MetageneCreator
Adrian Dobra, Quanli Wang and Mike West
NOTE: IF YOU HAVE
DOWNLOADED THE SOFTWARE BEFORE August 15, 2004, PLEASE DOWNLOAD IT AGAIN AND
READ THE INSTRUCTIONS BELOW.
Overview
MetageneCreator identifies overlapping clusters of genes and generates the meta-genes
associated with these clusters in arbitrarily large datasets.
Download
HERE you can
download MetageneCreator. To run this package, you
need MATLAB and the Statistics Toolbox.
Input Parameters
After
you unzip the package, you need to edit the file “parameters.m”.

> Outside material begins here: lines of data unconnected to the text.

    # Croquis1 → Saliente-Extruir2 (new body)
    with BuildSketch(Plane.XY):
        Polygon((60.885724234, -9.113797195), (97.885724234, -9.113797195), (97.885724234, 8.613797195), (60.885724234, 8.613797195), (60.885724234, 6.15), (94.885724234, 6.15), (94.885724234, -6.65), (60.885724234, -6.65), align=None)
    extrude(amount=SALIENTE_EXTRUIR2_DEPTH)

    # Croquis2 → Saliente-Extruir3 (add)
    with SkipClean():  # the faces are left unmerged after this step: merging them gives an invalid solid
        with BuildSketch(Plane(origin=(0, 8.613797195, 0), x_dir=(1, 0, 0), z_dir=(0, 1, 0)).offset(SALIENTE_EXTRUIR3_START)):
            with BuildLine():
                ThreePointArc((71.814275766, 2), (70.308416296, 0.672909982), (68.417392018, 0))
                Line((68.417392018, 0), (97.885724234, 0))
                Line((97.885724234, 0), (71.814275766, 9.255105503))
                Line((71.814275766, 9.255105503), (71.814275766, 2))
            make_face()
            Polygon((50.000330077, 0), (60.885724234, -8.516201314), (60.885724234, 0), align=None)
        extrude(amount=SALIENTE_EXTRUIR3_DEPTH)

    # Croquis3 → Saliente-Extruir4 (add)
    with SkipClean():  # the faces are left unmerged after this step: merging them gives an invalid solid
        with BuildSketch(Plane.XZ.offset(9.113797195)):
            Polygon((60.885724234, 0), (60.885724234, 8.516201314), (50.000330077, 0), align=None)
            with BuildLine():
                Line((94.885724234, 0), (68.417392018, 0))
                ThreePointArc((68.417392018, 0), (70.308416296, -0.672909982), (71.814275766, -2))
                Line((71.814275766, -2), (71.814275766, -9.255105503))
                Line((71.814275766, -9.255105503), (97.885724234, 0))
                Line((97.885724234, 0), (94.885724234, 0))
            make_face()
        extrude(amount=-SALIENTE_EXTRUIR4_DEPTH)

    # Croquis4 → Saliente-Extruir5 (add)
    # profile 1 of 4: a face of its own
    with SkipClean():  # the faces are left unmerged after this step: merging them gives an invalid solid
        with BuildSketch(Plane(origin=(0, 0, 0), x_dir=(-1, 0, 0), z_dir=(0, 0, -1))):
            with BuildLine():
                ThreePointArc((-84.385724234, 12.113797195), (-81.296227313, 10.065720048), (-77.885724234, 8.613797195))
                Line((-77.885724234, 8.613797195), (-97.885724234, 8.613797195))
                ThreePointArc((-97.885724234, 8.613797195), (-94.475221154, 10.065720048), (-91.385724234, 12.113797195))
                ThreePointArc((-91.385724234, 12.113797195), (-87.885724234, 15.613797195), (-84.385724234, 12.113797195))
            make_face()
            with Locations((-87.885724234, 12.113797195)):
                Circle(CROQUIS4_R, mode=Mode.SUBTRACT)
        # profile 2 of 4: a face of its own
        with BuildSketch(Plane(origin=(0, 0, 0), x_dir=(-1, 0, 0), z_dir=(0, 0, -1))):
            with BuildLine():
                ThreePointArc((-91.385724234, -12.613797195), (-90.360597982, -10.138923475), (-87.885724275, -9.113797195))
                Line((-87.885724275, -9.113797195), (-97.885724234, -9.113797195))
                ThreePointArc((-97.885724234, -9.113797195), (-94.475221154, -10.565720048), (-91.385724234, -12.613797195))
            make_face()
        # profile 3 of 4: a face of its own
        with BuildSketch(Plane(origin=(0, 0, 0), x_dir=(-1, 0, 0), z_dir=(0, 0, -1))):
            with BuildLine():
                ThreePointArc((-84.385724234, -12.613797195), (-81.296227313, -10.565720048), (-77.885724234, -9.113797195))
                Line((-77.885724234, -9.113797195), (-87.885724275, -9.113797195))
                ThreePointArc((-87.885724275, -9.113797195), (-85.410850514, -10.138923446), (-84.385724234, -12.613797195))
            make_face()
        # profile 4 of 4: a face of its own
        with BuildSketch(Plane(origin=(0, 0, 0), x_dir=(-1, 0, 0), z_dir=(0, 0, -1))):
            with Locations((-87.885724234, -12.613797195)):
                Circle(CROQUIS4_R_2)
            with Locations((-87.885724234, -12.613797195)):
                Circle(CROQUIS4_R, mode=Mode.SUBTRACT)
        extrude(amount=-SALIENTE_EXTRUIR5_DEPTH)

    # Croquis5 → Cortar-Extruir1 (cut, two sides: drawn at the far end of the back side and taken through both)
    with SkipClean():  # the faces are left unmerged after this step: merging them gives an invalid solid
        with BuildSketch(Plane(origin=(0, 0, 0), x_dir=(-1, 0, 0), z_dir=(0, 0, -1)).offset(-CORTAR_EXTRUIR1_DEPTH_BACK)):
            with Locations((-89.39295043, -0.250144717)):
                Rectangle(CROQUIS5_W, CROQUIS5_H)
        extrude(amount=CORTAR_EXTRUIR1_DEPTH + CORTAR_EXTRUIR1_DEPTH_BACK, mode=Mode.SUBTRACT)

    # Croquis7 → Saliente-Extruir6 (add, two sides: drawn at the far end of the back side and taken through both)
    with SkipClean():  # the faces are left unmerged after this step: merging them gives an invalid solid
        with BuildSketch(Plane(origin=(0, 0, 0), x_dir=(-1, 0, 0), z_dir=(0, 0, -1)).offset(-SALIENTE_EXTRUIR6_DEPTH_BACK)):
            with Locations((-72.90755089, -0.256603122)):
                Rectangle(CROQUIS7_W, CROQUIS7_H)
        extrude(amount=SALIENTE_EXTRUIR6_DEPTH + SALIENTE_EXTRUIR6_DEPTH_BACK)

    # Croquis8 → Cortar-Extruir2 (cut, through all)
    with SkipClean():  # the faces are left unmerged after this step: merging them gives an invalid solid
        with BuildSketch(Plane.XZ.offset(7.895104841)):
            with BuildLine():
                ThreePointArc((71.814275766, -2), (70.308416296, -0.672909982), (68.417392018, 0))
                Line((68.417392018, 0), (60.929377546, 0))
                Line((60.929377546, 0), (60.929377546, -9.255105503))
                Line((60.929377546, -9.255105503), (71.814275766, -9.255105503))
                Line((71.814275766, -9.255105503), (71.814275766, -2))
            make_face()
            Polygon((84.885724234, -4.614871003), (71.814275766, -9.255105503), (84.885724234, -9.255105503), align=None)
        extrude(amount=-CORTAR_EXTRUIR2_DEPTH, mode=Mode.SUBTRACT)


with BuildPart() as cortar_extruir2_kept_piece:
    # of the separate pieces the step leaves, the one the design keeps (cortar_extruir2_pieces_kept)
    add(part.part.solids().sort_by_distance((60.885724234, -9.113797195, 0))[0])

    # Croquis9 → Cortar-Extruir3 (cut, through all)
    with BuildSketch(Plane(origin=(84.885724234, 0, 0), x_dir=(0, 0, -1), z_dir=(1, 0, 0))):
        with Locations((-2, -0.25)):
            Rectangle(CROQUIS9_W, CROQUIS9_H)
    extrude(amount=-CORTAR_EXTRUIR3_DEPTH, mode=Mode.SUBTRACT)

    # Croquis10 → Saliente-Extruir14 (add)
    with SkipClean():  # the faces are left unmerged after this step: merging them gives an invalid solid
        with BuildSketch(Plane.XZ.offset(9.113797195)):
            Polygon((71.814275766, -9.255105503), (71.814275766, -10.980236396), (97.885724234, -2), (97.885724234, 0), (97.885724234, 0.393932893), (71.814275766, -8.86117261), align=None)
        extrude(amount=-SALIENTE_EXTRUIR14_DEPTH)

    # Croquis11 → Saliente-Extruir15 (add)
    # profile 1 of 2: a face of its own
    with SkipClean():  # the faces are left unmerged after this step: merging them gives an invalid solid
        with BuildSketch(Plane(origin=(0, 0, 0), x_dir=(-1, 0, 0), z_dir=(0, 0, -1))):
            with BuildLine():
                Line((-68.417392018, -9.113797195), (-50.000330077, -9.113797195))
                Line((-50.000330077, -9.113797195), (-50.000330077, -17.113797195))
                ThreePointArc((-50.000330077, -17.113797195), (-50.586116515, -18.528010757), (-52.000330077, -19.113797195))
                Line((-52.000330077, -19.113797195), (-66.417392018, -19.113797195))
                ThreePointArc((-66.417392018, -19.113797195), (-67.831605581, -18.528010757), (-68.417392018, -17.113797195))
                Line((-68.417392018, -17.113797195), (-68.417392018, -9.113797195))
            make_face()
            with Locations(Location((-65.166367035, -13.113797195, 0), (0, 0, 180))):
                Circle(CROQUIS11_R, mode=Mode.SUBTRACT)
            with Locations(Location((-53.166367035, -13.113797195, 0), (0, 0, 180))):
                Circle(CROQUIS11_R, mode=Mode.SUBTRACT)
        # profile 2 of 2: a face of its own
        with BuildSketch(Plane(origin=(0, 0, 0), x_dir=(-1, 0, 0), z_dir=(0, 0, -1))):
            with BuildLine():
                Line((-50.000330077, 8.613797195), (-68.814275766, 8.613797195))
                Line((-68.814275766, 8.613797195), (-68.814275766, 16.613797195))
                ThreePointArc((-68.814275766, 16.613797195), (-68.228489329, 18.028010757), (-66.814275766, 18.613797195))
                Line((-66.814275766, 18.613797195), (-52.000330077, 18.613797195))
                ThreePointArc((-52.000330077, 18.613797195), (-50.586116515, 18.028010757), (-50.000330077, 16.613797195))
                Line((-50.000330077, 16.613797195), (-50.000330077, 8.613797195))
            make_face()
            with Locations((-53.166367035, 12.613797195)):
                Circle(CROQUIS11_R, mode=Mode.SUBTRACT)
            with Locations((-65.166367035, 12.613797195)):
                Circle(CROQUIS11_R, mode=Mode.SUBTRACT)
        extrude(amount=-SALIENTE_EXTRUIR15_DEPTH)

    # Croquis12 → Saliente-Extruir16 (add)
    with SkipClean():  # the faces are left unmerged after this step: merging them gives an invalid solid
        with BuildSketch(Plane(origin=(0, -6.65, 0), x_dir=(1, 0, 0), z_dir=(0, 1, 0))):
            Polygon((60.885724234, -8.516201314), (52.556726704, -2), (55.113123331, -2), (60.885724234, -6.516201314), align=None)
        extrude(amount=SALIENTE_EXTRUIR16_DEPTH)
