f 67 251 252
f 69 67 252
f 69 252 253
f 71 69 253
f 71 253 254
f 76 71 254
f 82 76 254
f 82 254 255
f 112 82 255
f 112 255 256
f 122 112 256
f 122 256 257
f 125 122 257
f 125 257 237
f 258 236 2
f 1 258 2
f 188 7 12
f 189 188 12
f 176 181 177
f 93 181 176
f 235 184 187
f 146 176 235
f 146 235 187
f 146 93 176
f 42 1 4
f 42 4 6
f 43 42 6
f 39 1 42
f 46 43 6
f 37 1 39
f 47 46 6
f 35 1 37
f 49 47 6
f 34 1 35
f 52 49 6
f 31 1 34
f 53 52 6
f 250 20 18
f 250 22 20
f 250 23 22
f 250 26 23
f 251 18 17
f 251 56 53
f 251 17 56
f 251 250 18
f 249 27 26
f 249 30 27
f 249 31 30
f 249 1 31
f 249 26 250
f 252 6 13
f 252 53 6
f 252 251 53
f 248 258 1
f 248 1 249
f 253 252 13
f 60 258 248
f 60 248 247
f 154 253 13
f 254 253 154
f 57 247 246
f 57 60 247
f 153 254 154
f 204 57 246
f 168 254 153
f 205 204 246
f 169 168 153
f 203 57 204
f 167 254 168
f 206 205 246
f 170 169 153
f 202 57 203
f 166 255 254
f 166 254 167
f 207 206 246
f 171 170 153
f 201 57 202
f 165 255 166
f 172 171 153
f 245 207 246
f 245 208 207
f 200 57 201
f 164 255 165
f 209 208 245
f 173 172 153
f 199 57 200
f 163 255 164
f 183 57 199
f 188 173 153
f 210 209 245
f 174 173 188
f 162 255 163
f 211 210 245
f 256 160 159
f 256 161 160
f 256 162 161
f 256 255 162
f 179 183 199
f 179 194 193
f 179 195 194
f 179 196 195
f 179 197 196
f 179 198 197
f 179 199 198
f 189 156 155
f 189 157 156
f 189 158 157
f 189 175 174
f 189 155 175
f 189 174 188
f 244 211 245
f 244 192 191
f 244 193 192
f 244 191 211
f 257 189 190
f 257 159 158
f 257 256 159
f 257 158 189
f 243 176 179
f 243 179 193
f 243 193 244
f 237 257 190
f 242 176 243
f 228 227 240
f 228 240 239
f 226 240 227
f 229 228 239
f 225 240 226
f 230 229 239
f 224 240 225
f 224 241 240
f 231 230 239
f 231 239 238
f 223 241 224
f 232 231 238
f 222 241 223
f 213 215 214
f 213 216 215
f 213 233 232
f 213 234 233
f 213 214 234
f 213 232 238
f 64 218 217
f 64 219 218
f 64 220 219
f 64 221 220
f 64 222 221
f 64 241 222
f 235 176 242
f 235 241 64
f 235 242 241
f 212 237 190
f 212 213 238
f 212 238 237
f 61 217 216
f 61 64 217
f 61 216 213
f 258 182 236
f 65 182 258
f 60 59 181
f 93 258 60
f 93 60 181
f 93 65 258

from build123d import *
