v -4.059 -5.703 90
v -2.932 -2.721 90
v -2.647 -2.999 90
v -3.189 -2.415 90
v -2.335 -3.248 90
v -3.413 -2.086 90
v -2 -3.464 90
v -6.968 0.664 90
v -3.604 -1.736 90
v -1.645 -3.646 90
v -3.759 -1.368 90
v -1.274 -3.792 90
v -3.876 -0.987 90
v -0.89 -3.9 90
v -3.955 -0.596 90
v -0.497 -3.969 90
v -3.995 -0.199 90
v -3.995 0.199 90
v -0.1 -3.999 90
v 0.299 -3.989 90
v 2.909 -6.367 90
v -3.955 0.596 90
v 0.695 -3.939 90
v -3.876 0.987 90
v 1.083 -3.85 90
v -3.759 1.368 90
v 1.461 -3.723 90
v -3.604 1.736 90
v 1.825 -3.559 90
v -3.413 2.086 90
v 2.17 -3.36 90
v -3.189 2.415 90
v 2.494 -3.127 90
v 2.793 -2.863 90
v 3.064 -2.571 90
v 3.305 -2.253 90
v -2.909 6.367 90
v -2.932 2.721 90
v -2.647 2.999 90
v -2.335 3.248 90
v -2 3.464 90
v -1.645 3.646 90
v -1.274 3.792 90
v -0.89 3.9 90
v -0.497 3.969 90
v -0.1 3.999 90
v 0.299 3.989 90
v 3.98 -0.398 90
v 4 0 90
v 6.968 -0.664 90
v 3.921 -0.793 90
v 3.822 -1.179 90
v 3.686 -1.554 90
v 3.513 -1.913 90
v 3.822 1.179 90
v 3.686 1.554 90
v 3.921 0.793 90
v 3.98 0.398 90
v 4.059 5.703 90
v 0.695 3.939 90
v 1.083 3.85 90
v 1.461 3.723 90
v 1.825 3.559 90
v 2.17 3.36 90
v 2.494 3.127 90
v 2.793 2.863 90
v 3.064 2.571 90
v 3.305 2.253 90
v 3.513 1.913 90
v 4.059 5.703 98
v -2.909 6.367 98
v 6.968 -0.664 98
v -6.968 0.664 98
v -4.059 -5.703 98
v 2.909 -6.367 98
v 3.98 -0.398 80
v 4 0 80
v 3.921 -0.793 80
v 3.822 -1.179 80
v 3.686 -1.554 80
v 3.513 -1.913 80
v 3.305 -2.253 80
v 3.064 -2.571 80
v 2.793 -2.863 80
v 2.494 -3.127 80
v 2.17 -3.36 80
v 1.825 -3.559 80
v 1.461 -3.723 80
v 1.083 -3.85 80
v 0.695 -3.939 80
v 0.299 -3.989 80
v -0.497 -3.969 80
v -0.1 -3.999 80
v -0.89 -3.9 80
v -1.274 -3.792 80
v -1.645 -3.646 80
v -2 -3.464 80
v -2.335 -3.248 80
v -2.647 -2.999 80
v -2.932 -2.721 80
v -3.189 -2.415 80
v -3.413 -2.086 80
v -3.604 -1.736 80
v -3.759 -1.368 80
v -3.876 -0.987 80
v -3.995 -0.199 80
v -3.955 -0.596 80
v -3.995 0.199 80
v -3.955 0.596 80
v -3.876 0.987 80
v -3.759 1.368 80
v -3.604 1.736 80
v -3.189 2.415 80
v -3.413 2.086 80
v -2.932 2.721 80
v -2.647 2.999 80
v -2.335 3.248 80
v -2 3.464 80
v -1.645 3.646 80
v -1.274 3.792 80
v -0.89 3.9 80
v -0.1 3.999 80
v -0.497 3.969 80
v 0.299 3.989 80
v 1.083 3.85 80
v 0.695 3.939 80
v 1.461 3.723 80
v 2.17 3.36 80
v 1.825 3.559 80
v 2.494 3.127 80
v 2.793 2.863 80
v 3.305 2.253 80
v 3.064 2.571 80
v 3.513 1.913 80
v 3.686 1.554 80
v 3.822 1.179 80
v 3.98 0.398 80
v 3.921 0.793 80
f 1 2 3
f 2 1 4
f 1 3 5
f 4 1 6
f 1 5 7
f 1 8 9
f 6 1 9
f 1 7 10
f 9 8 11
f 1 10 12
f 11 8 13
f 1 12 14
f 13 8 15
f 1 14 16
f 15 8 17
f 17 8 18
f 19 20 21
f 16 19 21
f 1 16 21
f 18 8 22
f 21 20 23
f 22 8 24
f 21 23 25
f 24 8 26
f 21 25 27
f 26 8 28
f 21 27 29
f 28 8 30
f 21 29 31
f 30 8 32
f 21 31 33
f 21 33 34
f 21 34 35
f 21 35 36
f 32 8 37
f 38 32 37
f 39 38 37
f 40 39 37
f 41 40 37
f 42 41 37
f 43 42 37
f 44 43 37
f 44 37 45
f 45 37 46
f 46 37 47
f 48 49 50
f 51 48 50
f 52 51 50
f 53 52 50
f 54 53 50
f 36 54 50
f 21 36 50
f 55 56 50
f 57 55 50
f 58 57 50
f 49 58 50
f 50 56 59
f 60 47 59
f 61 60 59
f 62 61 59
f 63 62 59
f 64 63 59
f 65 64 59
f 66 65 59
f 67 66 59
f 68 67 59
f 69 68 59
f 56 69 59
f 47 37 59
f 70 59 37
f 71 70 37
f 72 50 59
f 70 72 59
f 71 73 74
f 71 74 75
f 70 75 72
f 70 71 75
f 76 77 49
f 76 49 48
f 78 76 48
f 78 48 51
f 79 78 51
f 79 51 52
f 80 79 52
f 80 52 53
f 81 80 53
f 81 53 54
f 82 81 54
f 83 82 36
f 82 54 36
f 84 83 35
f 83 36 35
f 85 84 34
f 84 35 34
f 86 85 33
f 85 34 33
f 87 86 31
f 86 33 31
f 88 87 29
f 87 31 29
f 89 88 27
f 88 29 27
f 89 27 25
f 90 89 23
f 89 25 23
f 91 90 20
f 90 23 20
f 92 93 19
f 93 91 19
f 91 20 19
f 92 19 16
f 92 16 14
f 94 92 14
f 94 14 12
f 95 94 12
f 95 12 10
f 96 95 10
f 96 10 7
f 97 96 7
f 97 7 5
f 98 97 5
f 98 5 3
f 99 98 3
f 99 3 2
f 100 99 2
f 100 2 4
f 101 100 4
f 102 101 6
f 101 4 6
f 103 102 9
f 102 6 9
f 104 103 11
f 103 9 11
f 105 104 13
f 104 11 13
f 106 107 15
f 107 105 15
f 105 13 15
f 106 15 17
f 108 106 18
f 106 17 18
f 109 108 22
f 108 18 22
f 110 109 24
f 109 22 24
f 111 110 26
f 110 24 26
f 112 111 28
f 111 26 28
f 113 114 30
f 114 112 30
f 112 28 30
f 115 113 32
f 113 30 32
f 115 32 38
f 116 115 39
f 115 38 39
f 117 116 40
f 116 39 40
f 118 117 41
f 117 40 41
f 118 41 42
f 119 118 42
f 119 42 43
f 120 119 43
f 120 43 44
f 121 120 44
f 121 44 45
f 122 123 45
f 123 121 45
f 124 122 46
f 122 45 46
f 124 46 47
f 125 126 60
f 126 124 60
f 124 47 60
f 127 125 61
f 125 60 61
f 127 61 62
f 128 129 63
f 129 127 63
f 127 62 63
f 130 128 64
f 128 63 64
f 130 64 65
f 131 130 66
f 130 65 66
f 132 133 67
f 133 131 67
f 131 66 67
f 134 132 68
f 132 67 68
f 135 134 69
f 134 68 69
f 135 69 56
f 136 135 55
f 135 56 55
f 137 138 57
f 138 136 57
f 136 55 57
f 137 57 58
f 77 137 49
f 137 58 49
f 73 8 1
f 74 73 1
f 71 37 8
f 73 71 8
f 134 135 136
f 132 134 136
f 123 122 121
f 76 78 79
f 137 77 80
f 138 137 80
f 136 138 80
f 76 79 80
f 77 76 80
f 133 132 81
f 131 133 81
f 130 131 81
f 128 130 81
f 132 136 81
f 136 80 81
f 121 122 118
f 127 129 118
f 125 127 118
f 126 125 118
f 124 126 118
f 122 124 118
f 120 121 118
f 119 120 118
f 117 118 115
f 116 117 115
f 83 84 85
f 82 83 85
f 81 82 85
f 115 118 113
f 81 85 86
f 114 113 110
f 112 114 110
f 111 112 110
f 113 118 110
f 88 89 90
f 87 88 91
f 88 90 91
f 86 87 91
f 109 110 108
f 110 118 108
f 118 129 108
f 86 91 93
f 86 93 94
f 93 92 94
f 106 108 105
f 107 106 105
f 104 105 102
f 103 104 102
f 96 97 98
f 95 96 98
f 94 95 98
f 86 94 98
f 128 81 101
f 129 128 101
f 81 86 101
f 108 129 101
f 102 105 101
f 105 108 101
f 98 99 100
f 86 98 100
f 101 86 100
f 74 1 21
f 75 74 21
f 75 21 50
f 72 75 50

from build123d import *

# Parameters (mm, degrees)
F3_DEPTH = 8
F4_W     = 5
F4_H     = 80


with BuildPart() as f1:
    # F0 (on Front) → F1 (revolve)
    with BuildSketch(Plane.XZ):
        Polygon((4, 0), (4, 90), (0, 90), (0, 65), (0, 0), align=None)
    revolve(axis=Axis((0, 0, 32.5), (0, 0, -1)))

    # F2 (on face) → F3 (join)
    with BuildSketch(Plane.XY.offset(90)):
        Polygon((6.968457, -0.663784), (4.059082, 5.702969), (-2.909374, 6.366753), (-6.968457, 0.663784), (-4.059082, -5.702969), (2.909374, -6.366753), align=None)
    extrude(amount=F3_DEPTH)

    # F4 (on Front) → F5 (revolve, cut)
    with BuildSketch(Plane.XZ):
        with Locations((2.5, 40)):
            Rectangle(F4_W, F4_H)
    revolve(axis=Axis((0, 0, 40), (0, 0, -1)), mode=Mode.SUBTRACT)


solid = f1.part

You have to specify the following information:
·
“covfiles” This is the directory where the covariance models
generated with HdBCS
are
located. MetageneCreator can run without the covariance models but
the resulting clusters will not be overlapping. In addition, these clusters
are likely to be smaller in size. HERE you can download
an example.
·
“workdirectory” This is the directory where your dataset is located
and the directory in which the output files are saved.
·
“datafile” The name of your gene expression dataset. Rows
correspond to samples and columns correspond to variables. It is assumed that
the expression levels are on a log2 scale.
·
“annotationfile” This file gives a short description of each probe from
the “datafile”.
The description of the variable from column k in “datafile” is found on row k in “annotationfile”.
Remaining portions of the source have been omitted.